§ **Task to complete**: Among the records below, which lines contain the string "amount"? Report them.

§ **Material supplied**:
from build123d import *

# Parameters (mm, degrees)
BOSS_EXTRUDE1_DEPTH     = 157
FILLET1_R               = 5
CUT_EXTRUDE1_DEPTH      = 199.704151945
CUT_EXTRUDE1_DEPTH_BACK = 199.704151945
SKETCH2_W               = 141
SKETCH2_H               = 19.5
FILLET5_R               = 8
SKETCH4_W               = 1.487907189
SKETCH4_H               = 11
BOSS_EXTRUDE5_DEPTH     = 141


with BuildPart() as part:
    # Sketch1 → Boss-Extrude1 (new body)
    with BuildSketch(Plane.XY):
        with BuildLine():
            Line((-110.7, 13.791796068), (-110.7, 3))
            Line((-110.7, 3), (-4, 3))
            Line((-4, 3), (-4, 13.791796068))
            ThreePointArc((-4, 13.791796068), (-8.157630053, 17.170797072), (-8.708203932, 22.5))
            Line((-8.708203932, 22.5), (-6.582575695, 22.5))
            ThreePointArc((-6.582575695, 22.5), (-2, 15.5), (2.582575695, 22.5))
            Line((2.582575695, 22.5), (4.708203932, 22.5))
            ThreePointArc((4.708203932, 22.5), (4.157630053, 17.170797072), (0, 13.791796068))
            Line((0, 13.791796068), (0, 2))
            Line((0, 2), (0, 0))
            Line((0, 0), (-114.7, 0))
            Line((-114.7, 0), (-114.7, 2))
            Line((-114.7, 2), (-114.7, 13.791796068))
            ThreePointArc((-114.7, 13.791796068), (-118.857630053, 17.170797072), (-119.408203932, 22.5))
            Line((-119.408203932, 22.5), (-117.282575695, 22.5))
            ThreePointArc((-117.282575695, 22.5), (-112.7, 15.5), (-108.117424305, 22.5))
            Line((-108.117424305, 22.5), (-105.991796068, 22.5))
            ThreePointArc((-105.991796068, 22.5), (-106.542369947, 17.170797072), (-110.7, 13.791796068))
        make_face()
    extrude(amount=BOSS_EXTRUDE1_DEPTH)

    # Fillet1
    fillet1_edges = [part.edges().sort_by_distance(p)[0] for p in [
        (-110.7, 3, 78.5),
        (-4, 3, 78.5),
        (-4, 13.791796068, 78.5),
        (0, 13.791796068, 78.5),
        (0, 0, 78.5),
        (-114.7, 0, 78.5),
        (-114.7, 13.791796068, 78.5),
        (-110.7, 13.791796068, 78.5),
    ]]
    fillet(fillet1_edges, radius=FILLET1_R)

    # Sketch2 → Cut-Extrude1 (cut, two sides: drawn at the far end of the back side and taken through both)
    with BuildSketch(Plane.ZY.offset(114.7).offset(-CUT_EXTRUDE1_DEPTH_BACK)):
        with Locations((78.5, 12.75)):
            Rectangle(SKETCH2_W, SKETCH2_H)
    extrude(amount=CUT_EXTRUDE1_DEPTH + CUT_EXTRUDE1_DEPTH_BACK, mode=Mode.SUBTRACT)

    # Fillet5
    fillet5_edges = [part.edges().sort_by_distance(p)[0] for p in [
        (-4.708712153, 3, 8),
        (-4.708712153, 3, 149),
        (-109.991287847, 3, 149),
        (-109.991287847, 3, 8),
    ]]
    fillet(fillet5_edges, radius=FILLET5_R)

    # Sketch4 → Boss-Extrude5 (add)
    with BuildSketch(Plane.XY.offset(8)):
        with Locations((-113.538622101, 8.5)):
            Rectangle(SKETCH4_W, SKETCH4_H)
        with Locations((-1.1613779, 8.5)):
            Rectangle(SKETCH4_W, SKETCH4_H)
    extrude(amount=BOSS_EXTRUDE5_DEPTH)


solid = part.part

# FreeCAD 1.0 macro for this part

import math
import FreeCAD as App
import Part
import Sketcher
Q = App.Units.Quantity


def edges_at(feature, points):
    """Names of the edges that pass closest to the given points."""
    edges = feature.Shape.Edges
    near = lambda p: min(range(len(edges)), key=lambda i: edges[i].distToShape(Part.Vertex(*p))[0])
    return sorted({f"Edge{near(p) + 1}" for p in points})

doc = App.newDocument("Part")
body = doc.addObject("PartDesign::Body", "Body")

# Sketch on XY plane
sketch1 = body.newObject("Sketcher::SketchObject", "Sketch")
sketch1.AttachmentSupport = (doc.getObject("XY_Plane"), [""])
sketch1.MapMode = "FlatFace"
sketch1.addGeometry(Part.LineSegment(App.Vector(-110.7, 3, 0), App.Vector(-110.7, 13.8, 0)), False)
sketch1.addGeometry(Part.ArcOfCircle(Part.Circle(App.Vector(-112.7, 20.5, 0), App.Vector(0, 0, 1), 7), math.radians(-73), math.radians(17)), False)
sketch1.addGeometry(Part.LineSegment(App.Vector(-106, 22.5, 0), App.Vector(-108.1, 22.5, 0)), False)
sketch1.addGeometry(Part.ArcOfCircle(Part.Circle(App.Vector(-112.7, 20.5, 0), App.Vector(0, 0, 1), 5), math.radians(156), math.radians(384)), False)
sketch1.addGeometry(Part.LineSegment(App.Vector(-117.3, 22.5, 0), App.Vector(-119.4, 22.5, 0)), False)
sketch1.addGeometry(Part.ArcOfCircle(Part.Circle(App.Vector(-112.7, 20.5, 0), App.Vector(0, 0, 1), 7), math.radians(163), math.radians(253)), False)
sketch1.addGeometry(Part.LineSegment(App.Vector(-114.7, 13.8, 0), App.Vector(-114.7, 0, 0)), False)
sketch1.addGeometry(Part.LineSegment(App.Vector(-114.7, 0, 0), App.Vector(0, 0, 0)), False)
sketch1.addGeometry(Part.LineSegment(App.Vector(0, 0, 0), App.Vector(0, 13.8, 0)), False)
sketch1.addGeometry(Part.ArcOfCircle(Part.Circle(App.Vector(-2, 20.5, 0), App.Vector(0, 0, 1), 7), math.radians(-73), math.radians(17)), False)
sketch1.addGeometry(Part.LineSegment(App.Vector(4.7, 22.5, 0), App.Vector(2.6, 22.5, 0)), False)
sketch1.addGeometry(Part.ArcOfCircle(Part.Circle(App.Vector(-2, 20.5, 0), App.Vector(0, 0, 1), 5), math.radians(156), math.radians(384)), False)
sketch1.addGeometry(Part.LineSegment(App.Vector(-6.6, 22.5, 0), App.Vector(-8.7, 22.5, 0)), False)
sketch1.addGeometry(Part.ArcOfCircle(Part.Circle(App.Vector(-2, 20.5, 0), App.Vector(0, 0, 1), 7), math.radians(163), math.radians(253)), False)
sketch1.addGeometry(Part.LineSegment(App.Vector(-4, 13.8, 0), App.Vector(-4, 3, 0)), False)
sketch1.addGeometry(Part.LineSegment(App.Vector(-4, 3, 0), App.Vector(-110.7, 3, 0)), False)
sketch1.addConstraint(Sketcher.Constraint("Coincident", 0, 2, 1, 1))
sketch1.addConstraint(Sketcher.Constraint("Coincident", 1, 2, 2, 1))
sketch1.addConstraint(Sketcher.Constraint("Coincident", 2, 2, 3, 2))
sketch1.addConstraint(Sketcher.Constraint("Coincident", 3, 1, 4, 1))
sketch1.addConstraint(Sketcher.Constraint("Coincident", 4, 2, 5, 1))
sketch1.addConstraint(Sketcher.Constraint("Coincident", 5, 2, 6, 1))
sketch1.addConstraint(Sketcher.Constraint("Coincident", 6, 2, 7, 1))
sketch1.addConstraint(Sketcher.Constraint("Coincident", 7, 2, 8, 1))
sketch1.addConstraint(Sketcher.Constraint("Coincident", 8, 2, 9, 1))
sketch1.addConstraint(Sketcher.Constraint("Coincident", 9, 2, 10, 1))
sketch1.addConstraint(Sketcher.Constraint("Coincident", 10, 2, 11, 2))
sketch1.addConstraint(Sketcher.Constraint("Coincident", 11, 1, 12, 1))
sketch1.addConstraint(Sketcher.Constraint("Coincident", 12, 2, 13, 1))
sketch1.addConstraint(Sketcher.Constraint("Coincident", 13, 2, 14, 1))
sketch1.addConstraint(Sketcher.Constraint("Coincident", 14, 2, 15, 1))
sketch1.addConstraint(Sketcher.Constraint("Coincident", 15, 2, 0, 1))
sketch1.addConstraint(Sketcher.Constraint("Vertical", 0))
sketch1.addConstraint(Sketcher.Constraint("Horizontal", 2))
sketch1.addConstraint(Sketcher.Constraint("Horizontal", 4))
sketch1.addConstraint(Sketcher.Constraint("Vertical", 6))
sketch1.addConstraint(Sketcher.Constraint("Horizontal", 7))
sketch1.addConstraint(Sketcher.Constraint("Vertical", 8))
sketch1.addConstraint(Sketcher.Constraint("Horizontal", 10))
sketch1.addConstraint(Sketcher.Constraint("Horizontal", 12))
sketch1.addConstraint(Sketcher.Constraint("Vertical", 14))
sketch1.addConstraint(Sketcher.Constraint("Horizontal", 15))
sketch1.addConstraint(Sketcher.Constraint("Coincident", 7, 2, -1, 1))
sketch1.addConstraint(Sketcher.Constraint("Coincident", 3, 3, 1, 3))
sketch1.addConstraint(Sketcher.Constraint("Coincident", 5, 3, 1, 3))
sketch1.addConstraint(Sketcher.Constraint("Coincident", 11, 3, 9, 3))
sketch1.addConstraint(Sketcher.Constraint("Coincident", 13, 3, 9, 3))
sketch1.addConstraint(Sketcher.Constraint("Equal", 1, 5))
sketch1.addConstraint(Sketcher.Constraint("Equal", 5, 9))
sketch1.addConstraint(Sketcher.Constraint("Equal", 3, 11))
sketch1.addConstraint(Sketcher.Constraint("Equal", 9, 13))
sketch1.addConstraint(Sketcher.Constraint("Horizontal", 5, 3, 9, 3))
sketch1.addConstraint(Sketcher.Constraint("Horizontal", 2, 2, 3, 1))
sketch1.addConstraint(Sketcher.Constraint("Horizontal", 0, 2, 5, 2))
sketch1.addConstraint(Sketcher.Constraint("Horizontal", 5, 2, 8, 2))
sketch1.addConstraint(Sketcher.Constraint("Horizontal", 4, 2, 9, 2))
sketch1.addConstraint(Sketcher.Constraint("Horizontal", 10, 2, 11, 1))
sketch1.addConstraint(Sketcher.Constraint("Horizontal", 8, 2, 13, 2))
sketch1.addConstraint(Sketcher.Constraint("Radius", 1, Q("7 mm")))
sketch1.addConstraint(Sketcher.Constraint("Radius", 3, Q("5 mm")))
sketch1.addConstraint(Sketcher.Constraint("DistanceX", 7, 1, 7, 2, Q("114.7 mm")))
sketch1.addConstraint(Sketcher.Constraint("DistanceX", 15, 2, 15, 1, Q("106.7 mm")))
sketch1.addConstraint(Sketcher.Constraint("DistanceY", -1, 1, 14, 2, Q("3 mm")))
sketch1.addConstraint(Sketcher.Constraint("DistanceY", 1, 3, 1, 2, Q("2 mm")))
sketch1.addConstraint(Sketcher.Constraint("DistanceY", -1, 1, 1, 3, Q("20.5 mm")))
pad1 = body.newObject("PartDesign::Pad", "Pad")
pad1.Profile = sketch1
pad1.Length = 157
doc.recompute()

fillet = body.newObject("PartDesign::Fillet", "Fillet")
fillet.Base = (pad1, edges_at(pad1, [
    (-110.7, 3, 78.5),
    (-4, 3, 78.5),
    (-4, 13.792, 78.5),
    (0, 13.792, 78.5),
    (0, 0, 78.5),
    (-114.7, 0, 78.5),
    (-114.7, 13.792, 78.5),
    (-110.7, 13.792, 78.5),
]))
fillet.Radius = 5

# Sketch on YZ plane
sketch2 = body.newObject("Sketcher::SketchObject", "Sketch001")
sketch2.AttachmentSupport = (doc.getObject("YZ_Plane"), [""])
sketch2.MapMode = "FlatFace"
sketch2.AttachmentOffset = App.Placement(App.Vector(0, 0, -114.7), App.Rotation())
sketch2.addGeometry(Part.LineSegment(App.Vector(22, 8, 0), App.Vector(3, 8, 0)), False)
sketch2.addGeometry(Part.LineSegment(App.Vector(3, 8, 0), App.Vector(3, 149, 0)), False)
sketch2.addGeometry(Part.LineSegment(App.Vector(3, 149, 0), App.Vector(22, 149, 0)), False)
sketch2.addGeometry(Part.LineSegment(App.Vector(22, 149, 0), App.Vector(22, 8, 0)), False)
sketch2.addConstraint(Sketcher.Constraint("Coincident", 0, 2, 1, 1))
sketch2.addConstraint(Sketcher.Constraint("Coincident", 1, 2, 2, 1))
sketch2.addConstraint(Sketcher.Constraint("Coincident", 2, 2, 3, 1))
sketch2.addConstraint(Sketcher.Constraint("Coincident", 3, 2, 0, 1))
sketch2.addConstraint(Sketcher.Constraint("Horizontal", 0))
sketch2.addConstraint(Sketcher.Constraint("Vertical", 1))
sketch2.addConstraint(Sketcher.Constraint("Horizontal", 2))
sketch2.addConstraint(Sketcher.Constraint("Vertical", 3))
sketch2.addConstraint(Sketcher.Constraint("DistanceY", 1, 1, 1, 2, Q("141 mm")))
sketch2.addConstraint(Sketcher.Constraint("DistanceX", 0, 2, 0, 1, Q("19.5 mm")))
sketch2.addConstraint(Sketcher.Constraint("DistanceX", -1, 1, 0, 2, Q("3 mm")))
sketch2.addConstraint(Sketcher.Constraint("DistanceY", -1, 1, 0, 2, Q("8 mm")))
pocket1 = body.newObject("PartDesign::Pocket", "Pocket")
pocket1.Profile = sketch2
pocket1.Type = "ThroughAll"
pocket1.Midplane = True
doc.recompute()

fillet2 = body.newObject("PartDesign::Fillet", "Fillet001")
fillet2.Base = (pocket1, edges_at(pocket1, [
    (-4.709, 3, 8),
    (-4.709, 3, 149),
    (-109.991, 3, 149),
    (-109.991, 3, 8),
]))
fillet2.Radius = 8

# Sketch on XY plane
sketch3 = body.newObject("Sketcher::SketchObject", "Sketch002")
sketch3.AttachmentSupport = (doc.getObject("XY_Plane"), [""])
sketch3.MapMode = "FlatFace"
sketch3.AttachmentOffset = App.Placement(App.Vector(0, 0, 8), App.Rotation())
sketch3.addGeometry(Part.LineSegment(App.Vector(-114.3, 14, 0), App.Vector(-114.3, 3, 0)), False)
sketch3.addGeometry(Part.LineSegment(App.Vector(-114.3, 3, 0), App.Vector(-112.8, 3, 0)), False)
sketch3.addGeometry(Part.LineSegment(App.Vector(-112.8, 3, 0), App.Vector(-112.8, 14, 0)), False)
sketch3.addGeometry(Part.LineSegment(App.Vector(-112.8, 14, 0), App.Vector(-114.3, 14, 0)), False)
sketch3.addGeometry(Part.LineSegment(App.Vector(-1.9, 14, 0), App.Vector(-1.9, 3, 0)), False)
sketch3.addGeometry(Part.LineSegment(App.Vector(-1.9, 3, 0), App.Vector(-0.4, 3, 0)), False)
sketch3.addGeometry(Part.LineSegment(App.Vector(-0.4, 3, 0), App.Vector(-0.4, 14, 0)), False)
sketch3.addGeometry(Part.LineSegment(App.Vector(-0.4, 14, 0), App.Vector(-1.9, 14, 0)), False)
sketch3.addConstraint(Sketcher.Constraint("Coincident", 0, 2, 1, 1))
sketch3.addConstraint(Sketcher.Constraint("Coincident", 1, 2, 2, 1))
sketch3.addConstraint(Sketcher.Constraint("Coincident", 2, 2, 3, 1))
sketch3.addConstraint(Sketcher.Constraint("Coincident", 3, 2, 0, 1))
sketch3.addConstraint(Sketcher.Constraint("Coincident", 4, 2, 5, 1))
sketch3.addConstraint(Sketcher.Constraint("Coincident", 5, 2, 6, 1))
sketch3.addConstraint(Sketcher.Constraint("Coincident", 6, 2, 7, 1))
sketch3.addConstraint(Sketcher.Constraint("Coincident", 7, 2, 4, 1))
sketch3.addConstraint(Sketcher.Constraint("Vertical", 0))
sketch3.addConstraint(Sketcher.Constraint("Horizontal", 1))
sketch3.addConstraint(Sketcher.Constraint("Vertical", 2))
sketch3.addConstraint(Sketcher.Constraint("Horizontal", 3))
sketch3.addConstraint(Sketcher.Constraint("Vertical", 4))
sketch3.addConstraint(Sketcher.Constraint("Horizontal", 5))
sketch3.addConstraint(Sketcher.Constraint("Vertical", 6))
sketch3.addConstraint(Sketcher.Constraint("Horizontal", 7))
sketch3.addConstraint(Sketcher.Constraint("Horizontal", 1, 2, 4, 2))
sketch3.addConstraint(Sketcher.Constraint("Horizontal", 3, 2, 6, 2))
sketch3.addConstraint(Sketcher.Constraint("Equal", 3, 5))
sketch3.addConstraint(Sketcher.Constraint("DistanceY", 0, 2, 0, 1, Q("11 mm")))
sketch3.addConstraint(Sketcher.Constraint("DistanceY", -1, 1, 0, 2, Q("3 mm")))
sketch3.addConstraint(Sketcher.Constraint("DistanceX", 1, 1, 1, 2, Q("1.487907 mm")))
sketch3.addConstraint(Sketcher.Constraint("DistanceX", 1, 2, -1, 1, Q("112.794669 mm")))
sketch3.addConstraint(Sketcher.Constraint("DistanceX", 4, 2, -1, 1, Q("1.905331 mm")))
pad2 = body.newObject("PartDesign::Pad", "Pad001")
pad2.Profile = sketch3
pad2.Length = 141

doc.recompute()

§ **Written reply**:
    extrude(amount=BOSS_EXTRUDE1_DEPTH)
    extrude(amount=CUT_EXTRUDE1_DEPTH + CUT_EXTRUDE1_DEPTH_BACK, mode=Mode.SUBTRACT)
    extrude(amount=BOSS_EXTRUDE5_DEPTH)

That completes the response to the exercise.